Pour passer de la gestion manuelle de la charge de travail à la gestion automatique de la charge de travail, tout en utilisant les priorités de requête, nous vous recommandons de créer un nouveau groupe de paramètres, puis d'attacher ce groupe de paramètres à votre cluster. Pour plus d'informations, consultez Groupes de paramètres Amazon Redshift dans le Amazon Redshift Cluster Management Guide..

Important

La modification du groupe de paramètres ou le passage de la gestion manuelle de la charge de travail à la gestion automatique de la charge de travail exige un redémarrage du cluster. Pour plus d'informations, consultez WLM dynamic and static configuration properties,

Prenons un exemple avec trois files d'attente de gestion manuelle de la charge de travail. Une pour une charge de travail ETL, une pour une charge de travail d'analyse et une pour une charge de travail de science de données. La charge de travail ETL s'exécute toutes les 6 heures, la charge de travail d'analyse s'exécute tout au long de la journée et la charge de travail de science de données peut connaître des pics à tout moment. La gestion manuelle de la charge de travail vous permet de spécifier la mémoire et la simultanéité de chaque file d'attente de charge de travail, en fonction de votre compréhension de l'importance de chaque charge de travail pour l'entreprise. La spécification de la mémoire et de la simultanéinté est non seulement difficile à comprendre, mais elle se traduit également par le partitionnement statique des ressources du cluster et par conséquent, par leur perte lorsque seul un sous-ensemble des charges de travail s'exécute.

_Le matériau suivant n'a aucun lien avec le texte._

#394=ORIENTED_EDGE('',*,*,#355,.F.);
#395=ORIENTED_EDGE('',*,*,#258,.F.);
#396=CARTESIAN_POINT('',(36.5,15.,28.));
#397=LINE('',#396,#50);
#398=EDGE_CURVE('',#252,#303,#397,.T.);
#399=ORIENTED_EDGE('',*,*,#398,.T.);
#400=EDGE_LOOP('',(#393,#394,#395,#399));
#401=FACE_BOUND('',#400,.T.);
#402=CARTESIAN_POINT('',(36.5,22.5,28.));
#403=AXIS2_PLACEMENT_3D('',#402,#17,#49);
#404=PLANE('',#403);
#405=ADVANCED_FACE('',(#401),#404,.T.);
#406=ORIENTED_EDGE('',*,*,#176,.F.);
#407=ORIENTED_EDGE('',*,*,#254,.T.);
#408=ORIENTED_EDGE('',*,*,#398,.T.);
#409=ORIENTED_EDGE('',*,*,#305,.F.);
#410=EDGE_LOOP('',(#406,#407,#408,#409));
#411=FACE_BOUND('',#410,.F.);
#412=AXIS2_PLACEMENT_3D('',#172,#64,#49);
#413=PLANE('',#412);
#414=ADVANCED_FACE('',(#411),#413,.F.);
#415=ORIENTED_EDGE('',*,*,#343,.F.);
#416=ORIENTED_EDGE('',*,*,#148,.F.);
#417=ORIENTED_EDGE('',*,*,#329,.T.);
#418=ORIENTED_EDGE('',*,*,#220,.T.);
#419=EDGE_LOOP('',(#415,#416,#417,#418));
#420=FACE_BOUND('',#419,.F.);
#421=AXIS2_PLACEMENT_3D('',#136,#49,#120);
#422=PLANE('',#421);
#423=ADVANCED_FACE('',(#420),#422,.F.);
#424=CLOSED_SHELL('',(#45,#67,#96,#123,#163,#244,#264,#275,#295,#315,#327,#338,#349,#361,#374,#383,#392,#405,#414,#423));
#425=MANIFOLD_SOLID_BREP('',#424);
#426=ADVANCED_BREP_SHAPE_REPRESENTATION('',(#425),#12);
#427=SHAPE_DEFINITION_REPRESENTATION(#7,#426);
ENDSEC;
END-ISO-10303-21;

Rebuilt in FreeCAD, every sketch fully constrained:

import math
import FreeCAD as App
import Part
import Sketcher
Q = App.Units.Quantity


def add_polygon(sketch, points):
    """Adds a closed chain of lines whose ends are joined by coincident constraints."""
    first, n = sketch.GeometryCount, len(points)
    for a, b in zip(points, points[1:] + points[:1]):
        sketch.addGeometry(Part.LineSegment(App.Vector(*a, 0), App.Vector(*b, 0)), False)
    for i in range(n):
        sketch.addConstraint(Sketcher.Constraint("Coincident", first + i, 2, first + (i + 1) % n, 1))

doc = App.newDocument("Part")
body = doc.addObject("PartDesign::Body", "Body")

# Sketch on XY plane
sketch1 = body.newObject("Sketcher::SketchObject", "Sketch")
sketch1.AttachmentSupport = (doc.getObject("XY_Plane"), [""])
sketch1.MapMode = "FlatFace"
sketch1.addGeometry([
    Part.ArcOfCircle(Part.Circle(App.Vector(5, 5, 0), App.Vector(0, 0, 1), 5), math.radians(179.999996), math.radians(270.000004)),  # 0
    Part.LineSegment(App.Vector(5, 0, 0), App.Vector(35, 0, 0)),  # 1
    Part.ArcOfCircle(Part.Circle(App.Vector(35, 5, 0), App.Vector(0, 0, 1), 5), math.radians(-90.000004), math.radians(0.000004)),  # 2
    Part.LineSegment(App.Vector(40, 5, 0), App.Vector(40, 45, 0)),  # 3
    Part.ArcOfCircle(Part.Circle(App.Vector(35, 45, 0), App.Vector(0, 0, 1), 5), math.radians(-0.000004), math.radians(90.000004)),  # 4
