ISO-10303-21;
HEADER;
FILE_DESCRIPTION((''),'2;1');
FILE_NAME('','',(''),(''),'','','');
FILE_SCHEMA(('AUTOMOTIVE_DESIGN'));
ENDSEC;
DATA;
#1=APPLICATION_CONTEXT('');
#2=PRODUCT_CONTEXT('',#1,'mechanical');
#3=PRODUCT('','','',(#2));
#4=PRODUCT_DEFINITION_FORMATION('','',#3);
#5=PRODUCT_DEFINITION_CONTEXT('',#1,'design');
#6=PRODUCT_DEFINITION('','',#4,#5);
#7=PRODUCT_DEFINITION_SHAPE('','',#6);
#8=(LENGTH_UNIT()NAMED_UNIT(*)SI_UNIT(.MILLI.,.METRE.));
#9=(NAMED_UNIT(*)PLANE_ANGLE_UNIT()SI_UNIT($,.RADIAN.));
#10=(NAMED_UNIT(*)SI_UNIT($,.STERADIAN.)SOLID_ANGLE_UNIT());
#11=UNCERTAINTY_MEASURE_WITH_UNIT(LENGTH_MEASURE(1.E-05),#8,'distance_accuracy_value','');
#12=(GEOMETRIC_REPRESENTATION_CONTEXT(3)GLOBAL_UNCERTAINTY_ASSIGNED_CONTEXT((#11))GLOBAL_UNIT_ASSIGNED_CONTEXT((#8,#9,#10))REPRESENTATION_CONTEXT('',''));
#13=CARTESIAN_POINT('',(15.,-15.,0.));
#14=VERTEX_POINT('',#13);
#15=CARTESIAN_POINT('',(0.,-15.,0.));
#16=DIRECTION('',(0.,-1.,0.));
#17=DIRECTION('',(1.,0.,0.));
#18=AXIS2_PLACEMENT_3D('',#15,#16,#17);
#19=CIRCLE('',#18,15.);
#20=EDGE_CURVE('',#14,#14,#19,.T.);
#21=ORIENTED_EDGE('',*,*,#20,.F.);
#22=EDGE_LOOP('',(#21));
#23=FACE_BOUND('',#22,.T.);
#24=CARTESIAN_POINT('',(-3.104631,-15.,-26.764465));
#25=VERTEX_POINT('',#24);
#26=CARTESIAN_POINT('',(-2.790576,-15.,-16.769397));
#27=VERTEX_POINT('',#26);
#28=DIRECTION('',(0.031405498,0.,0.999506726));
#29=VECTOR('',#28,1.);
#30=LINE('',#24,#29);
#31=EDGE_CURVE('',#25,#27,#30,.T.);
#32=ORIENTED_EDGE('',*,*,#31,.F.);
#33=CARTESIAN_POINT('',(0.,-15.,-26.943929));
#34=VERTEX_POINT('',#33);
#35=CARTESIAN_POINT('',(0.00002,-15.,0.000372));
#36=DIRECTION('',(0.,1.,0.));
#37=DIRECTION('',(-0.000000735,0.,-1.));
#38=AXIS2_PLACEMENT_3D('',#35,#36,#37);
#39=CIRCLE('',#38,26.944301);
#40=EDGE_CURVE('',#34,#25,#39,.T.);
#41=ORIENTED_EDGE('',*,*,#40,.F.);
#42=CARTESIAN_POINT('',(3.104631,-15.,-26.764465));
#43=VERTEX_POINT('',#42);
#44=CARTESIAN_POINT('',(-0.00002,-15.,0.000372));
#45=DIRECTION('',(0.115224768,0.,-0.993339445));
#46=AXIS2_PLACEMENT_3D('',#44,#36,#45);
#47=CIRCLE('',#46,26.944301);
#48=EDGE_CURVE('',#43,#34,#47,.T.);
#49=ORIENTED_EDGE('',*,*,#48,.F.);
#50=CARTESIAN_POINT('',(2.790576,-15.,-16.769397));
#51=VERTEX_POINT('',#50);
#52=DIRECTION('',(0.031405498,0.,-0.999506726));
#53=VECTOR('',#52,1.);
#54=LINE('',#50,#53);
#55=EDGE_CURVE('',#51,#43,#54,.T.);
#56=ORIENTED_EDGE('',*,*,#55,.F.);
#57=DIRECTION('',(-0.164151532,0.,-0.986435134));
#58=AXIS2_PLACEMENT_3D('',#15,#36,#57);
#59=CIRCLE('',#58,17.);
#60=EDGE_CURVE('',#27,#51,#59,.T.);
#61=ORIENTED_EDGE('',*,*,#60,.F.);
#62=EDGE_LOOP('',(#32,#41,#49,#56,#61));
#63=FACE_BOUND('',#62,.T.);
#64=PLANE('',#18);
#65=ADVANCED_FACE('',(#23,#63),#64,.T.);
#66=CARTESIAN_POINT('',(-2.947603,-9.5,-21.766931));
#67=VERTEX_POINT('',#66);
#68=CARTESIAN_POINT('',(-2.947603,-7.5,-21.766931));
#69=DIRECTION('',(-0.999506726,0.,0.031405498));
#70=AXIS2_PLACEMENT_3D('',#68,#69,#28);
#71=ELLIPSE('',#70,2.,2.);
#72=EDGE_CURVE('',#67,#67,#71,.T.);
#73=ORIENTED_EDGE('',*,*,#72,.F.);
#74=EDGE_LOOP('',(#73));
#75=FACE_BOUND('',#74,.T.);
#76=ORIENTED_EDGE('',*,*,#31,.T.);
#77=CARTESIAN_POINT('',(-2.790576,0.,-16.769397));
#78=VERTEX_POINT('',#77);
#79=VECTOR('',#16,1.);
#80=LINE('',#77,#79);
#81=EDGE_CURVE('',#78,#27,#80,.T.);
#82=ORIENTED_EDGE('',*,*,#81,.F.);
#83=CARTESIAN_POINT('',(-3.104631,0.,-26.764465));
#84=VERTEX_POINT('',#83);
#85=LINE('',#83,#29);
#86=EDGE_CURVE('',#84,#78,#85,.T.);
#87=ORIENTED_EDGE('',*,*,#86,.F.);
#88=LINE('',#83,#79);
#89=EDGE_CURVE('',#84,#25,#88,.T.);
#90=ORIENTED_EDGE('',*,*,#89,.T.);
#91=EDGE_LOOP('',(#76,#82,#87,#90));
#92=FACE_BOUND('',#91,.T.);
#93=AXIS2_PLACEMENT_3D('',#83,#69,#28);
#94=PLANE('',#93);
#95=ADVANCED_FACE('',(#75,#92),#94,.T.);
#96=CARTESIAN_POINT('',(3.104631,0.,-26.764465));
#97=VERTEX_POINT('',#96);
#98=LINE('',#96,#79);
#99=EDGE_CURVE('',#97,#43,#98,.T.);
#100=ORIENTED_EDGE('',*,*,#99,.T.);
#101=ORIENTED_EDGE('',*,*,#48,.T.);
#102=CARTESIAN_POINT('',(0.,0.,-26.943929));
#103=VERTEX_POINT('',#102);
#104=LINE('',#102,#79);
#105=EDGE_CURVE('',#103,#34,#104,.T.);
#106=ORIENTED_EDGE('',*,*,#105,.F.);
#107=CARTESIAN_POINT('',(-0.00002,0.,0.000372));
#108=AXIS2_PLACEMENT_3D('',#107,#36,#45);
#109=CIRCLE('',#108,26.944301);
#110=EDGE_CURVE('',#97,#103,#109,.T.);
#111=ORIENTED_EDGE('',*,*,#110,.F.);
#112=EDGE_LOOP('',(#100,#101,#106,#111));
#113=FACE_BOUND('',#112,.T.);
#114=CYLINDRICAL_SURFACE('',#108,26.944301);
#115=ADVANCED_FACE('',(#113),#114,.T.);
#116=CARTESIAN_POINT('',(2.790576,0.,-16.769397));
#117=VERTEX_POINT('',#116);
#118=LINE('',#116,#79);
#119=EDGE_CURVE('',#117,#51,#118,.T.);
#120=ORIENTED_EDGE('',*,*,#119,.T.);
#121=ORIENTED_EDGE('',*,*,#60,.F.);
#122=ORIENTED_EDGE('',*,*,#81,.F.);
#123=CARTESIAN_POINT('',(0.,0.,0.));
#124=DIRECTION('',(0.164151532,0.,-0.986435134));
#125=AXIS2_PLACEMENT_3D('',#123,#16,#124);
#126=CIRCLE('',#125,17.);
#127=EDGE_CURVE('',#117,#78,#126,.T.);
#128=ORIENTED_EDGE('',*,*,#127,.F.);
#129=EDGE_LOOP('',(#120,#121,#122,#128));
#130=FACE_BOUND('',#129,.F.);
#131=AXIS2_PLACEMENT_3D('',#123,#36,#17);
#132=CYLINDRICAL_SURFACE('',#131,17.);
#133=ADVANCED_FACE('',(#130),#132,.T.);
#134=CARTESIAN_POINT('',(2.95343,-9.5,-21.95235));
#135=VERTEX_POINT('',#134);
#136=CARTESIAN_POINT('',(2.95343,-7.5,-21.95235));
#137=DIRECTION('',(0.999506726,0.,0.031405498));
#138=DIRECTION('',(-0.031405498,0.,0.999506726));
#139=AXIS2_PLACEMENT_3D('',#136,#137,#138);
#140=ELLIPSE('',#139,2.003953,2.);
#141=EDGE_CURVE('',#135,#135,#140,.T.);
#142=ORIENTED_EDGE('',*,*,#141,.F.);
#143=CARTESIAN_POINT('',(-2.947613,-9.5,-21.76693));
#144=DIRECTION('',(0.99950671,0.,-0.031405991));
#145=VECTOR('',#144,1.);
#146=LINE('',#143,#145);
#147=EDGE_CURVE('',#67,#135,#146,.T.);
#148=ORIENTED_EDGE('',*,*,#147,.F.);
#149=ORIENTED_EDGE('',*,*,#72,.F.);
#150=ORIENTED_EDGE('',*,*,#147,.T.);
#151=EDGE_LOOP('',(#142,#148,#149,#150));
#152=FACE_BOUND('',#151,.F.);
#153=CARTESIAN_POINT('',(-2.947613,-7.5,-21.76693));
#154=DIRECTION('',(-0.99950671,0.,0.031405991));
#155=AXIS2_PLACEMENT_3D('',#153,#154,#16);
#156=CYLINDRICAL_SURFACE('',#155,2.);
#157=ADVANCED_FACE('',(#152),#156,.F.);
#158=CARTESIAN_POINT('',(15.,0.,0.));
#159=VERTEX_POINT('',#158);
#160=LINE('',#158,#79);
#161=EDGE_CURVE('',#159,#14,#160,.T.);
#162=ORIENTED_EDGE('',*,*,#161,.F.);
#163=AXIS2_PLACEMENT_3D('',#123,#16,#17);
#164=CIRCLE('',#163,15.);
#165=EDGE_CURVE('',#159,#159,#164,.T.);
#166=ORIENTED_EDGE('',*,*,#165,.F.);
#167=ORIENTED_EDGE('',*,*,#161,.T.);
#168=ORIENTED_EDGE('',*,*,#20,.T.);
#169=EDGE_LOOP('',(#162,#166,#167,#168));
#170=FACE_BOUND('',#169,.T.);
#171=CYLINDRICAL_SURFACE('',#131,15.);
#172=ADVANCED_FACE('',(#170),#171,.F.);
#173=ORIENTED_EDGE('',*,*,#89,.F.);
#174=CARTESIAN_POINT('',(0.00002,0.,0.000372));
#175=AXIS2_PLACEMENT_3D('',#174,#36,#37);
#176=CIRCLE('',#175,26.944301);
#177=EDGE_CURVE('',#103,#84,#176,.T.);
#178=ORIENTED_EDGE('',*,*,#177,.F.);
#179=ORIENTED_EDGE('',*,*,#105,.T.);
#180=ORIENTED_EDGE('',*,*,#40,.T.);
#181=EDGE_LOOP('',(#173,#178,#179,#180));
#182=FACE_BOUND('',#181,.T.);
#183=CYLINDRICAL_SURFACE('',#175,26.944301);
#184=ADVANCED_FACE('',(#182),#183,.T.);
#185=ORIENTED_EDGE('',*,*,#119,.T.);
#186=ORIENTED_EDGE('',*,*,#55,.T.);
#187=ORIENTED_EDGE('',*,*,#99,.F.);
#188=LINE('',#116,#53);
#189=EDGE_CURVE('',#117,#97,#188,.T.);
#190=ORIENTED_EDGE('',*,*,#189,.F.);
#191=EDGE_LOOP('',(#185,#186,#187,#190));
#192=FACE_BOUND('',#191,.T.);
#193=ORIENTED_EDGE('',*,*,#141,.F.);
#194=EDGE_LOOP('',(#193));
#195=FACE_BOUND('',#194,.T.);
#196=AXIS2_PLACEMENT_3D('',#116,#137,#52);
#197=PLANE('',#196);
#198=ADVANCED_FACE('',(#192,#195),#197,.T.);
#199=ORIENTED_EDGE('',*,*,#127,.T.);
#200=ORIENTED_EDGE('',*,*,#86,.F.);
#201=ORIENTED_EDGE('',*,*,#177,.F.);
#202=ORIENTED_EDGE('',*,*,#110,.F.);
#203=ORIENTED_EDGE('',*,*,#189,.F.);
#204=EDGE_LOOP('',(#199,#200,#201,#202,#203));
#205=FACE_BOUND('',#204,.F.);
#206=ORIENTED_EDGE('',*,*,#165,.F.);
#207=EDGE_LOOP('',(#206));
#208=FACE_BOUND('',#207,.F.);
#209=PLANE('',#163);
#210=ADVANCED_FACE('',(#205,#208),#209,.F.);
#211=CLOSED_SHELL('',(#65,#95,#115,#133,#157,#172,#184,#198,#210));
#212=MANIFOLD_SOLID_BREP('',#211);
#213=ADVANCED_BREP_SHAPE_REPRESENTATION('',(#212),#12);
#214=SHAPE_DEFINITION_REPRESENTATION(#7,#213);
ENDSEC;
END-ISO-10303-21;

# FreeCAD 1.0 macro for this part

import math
import FreeCAD as App
import Part
import Sketcher
Q = App.Units.Quantity

doc = App.newDocument("Part")
body = doc.addObject("PartDesign::Body", "Body")

# Sketch on XZ plane
sketch1 = body.newObject("Sketcher::SketchObject", "Sketch")
sketch1.AttachmentSupport = (doc.getObject("XZ_Plane"), [""])
sketch1.MapMode = "FlatFace"
sketch1.addGeometry([
    Part.Circle(App.Vector(0, 0, 0), App.Vector(0, 0, 1), 17),
    Part.Circle(App.Vector(0, 0, 0), App.Vector(0, 0, 1), 15),
], False)
sketch1.addConstraint([
    Sketcher.Constraint("Coincident", 0, 3, -1, 1),
    Sketcher.Constraint("Coincident", 1, 3, -1, 1),
    Sketcher.Constraint("Diameter", 0, Q("34 mm")),
    Sketcher.Constraint("Diameter", 1, Q("30 mm")),
])
pad1 = body.newObject("PartDesign::Pad", "Pad")
pad1.Profile = sketch1
pad1.Length = 15

# Sketch on XZ plane
sketch2 = body.newObject("Sketcher::SketchObject", "Sketch001")
sketch2.AttachmentSupport = (doc.getObject("XZ_Plane"), [""])
sketch2.MapMode = "FlatFace"
sketch2.addGeometry([
    Part.LineSegment(App.Vector(2.8, -16.8, 0), App.Vector(3.1, -26.8, 0)),  # 0
    Part.ArcOfCircle(Part.Circle(App.Vector(0, 0, 0), App.Vector(0, 0, 1), 26.9), math.radians(-90), math.radians(-83.38)),  # 1
    Part.ArcOfCircle(Part.Circle(App.Vector(0, 0, 0), App.Vector(0, 0, 1), 26.9), math.radians(-96.62), math.radians(-90)),  # 2
    Part.LineSegment(App.Vector(-3.1, -26.8, 0), App.Vector(-2.8, -16.8, 0)),  # 3
    Part.ArcOfCircle(Part.Circle(App.Vector(0, 0, 0), App.Vector(0, 0, 1), 17), math.radians(-99.45), math.radians(-90)),  # 4
    Part.ArcOfCircle(Part.Circle(App.Vector(0, 0, 0), App.Vector(0, 0, 1), 17), math.radians(-90), math.radians(-80.55)),  # 5
], False)
sketch2.addConstraint([
    Sketcher.Constraint("Coincident", 0, 2, 1, 2),
    Sketcher.Constraint("Tangent", 1, 1, 2, 2),
    Sketcher.Constraint("Coincident", 2, 1, 3, 1),
    Sketcher.Constraint("Coincident", 3, 2, 4, 1),
    Sketcher.Constraint("Tangent", 4, 2, 5, 1),
    Sketcher.Constraint("Coincident", 5, 2, 0, 1),
    Sketcher.Constraint("Equal", 1, 2),
    Sketcher.Constraint("Equal", 4, 5),
    Sketcher.Constraint("Symmetric", 0, 2, 2, 1, -2),
    Sketcher.Constraint("Symmetric", 3, 2, 5, 2, -2),
    Sketcher.Constraint("PointOnObject", 1, 1, -2),
    Sketcher.Constraint("PointOnObject", 4, 2, -2),
    Sketcher.Constraint("Distance", 0, Q("10.000001 mm")),
    Sketcher.Constraint("DistanceY", 4, 2, -1, 1, Q("17 mm")),
    Sketcher.Constraint("Radius", 1, Q("26.944301 mm")),
    Sketcher.Constraint("Radius", 4, Q("17.000025 mm")),
    Sketcher.Constraint("DistanceY", -1, 1, 1, 3, Q("0.000372 mm")),
    Sketcher.Constraint("DistanceX", -1, 1, 0, 2, Q("3.104631 mm")),
])
pad2 = body.newObject("PartDesign::Pad", "Pad001")
pad2.Profile = sketch2
pad2.Length = 15

# Sketch on an angled plane
sketch3 = body.newObject("Sketcher::SketchObject", "Sketch002")
sketch3.Placement = App.Placement(App.Vector(-2.261431, 0, 0.071057), App.Rotation(App.Vector(0, -1, 0), App.Vector(0.031405991, 0, 0.99950671), App.Vector(-0.99950671, 0, 0.031405991), "ZXY"))
sketch3.addGeometry(Part.Circle(App.Vector(7.5, -21.8, 0), App.Vector(0, 0, 1), 2), False)
sketch3.addConstraint([
    Sketcher.Constraint("Diameter", 0, Q("4 mm")),
    Sketcher.Constraint("DistanceX", -1, 1, 0, 3, Q("7.5 mm")),
    Sketcher.Constraint("DistanceY", 0, 3, -1, 1, Q("21.848765 mm")),
])
pocket1 = body.newObject("PartDesign::Pocket", "Pocket")
pocket1.Profile = sketch3
pocket1.Type = "ThroughAll"

doc.recompute()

Vous pouvez utiliser une gestion automatique de la charge de travail avec des priorités de requête pour indiquer les priorités relatives des charges de travail, tout en évitant les problèmes précédents. Pour cet exemple, procédez comme suit :

  • Create a new parameter group and switch to Auto WLM mode.

  • Add queues for each of the three workloads: ETL workload, analytics workload, and data science workload. Use the same user groups for each workload that was used with Manual WLM mode.

  • Set the priority for the ETL workload to High, the analytics workload to Normal, and the data science to Low. These priorities reflect your business priorities for the different workloads or user groups.

  • Optionally, enable concurrency scaling for the analytics or data science queue so that queries in these queues get consistent performance even when the ETL workload is executing every 6 hours.

Lorsque seule la charge de travail d'analyse s'exécute sur le cluster, les priorités de requête permettent au système de générer un haut débit avec une utilisation optimale du système. Toutefois, lorsque la charge de travail ETL démarre, elle est prioritaire en raison de sa priorité élevée. En plus de bénéficier d'une allocation préférentielle des ressources après avoir été admises, les requêtes s'exécutant dans le cadre de la charge de travail ETL sont prioritaires pendant l'admission. Ainsi, la charge de travail ETL s'exécute de manière prévisible quelles que soient les autres exécutions sur le système. Les performances prévisibles d'une charge de travail à priorité élevée s'effectuent au prix de charges de travail à priorité plus faible qui s'exécutent plus longtemps, car leurs requêtes attendent que des requêtes plus importantes se terminent. Ou, elles s'exécutent plus longtemps car elles récupèrent moins de ressources lorsqu'elles s'exécutent simultanément avec des requêtes à priorité plus élevée. Les algorithmes de planification utilisés par Amazon Redshift veillent à ce que les requêtes à priorité plus faible ne connaissent pas de pénurie, et poursuivent leur progression à un rythme inférieur.

Note
  • The timeout field is not available in automatic WLM. Instead, use the QMR rule, query_execution_time. For more information, see WLM query monitoring rules.

  • The QMR action, HOP, is not applicable to automatic WLM. Instead, use the change priority action. For more information, see WLM query monitoring rules.

  • Within a parameter group, avoid mixing automatic WLM queues and manual WLM queues. Instead, create a new parameter group when migrating to automatic WLM.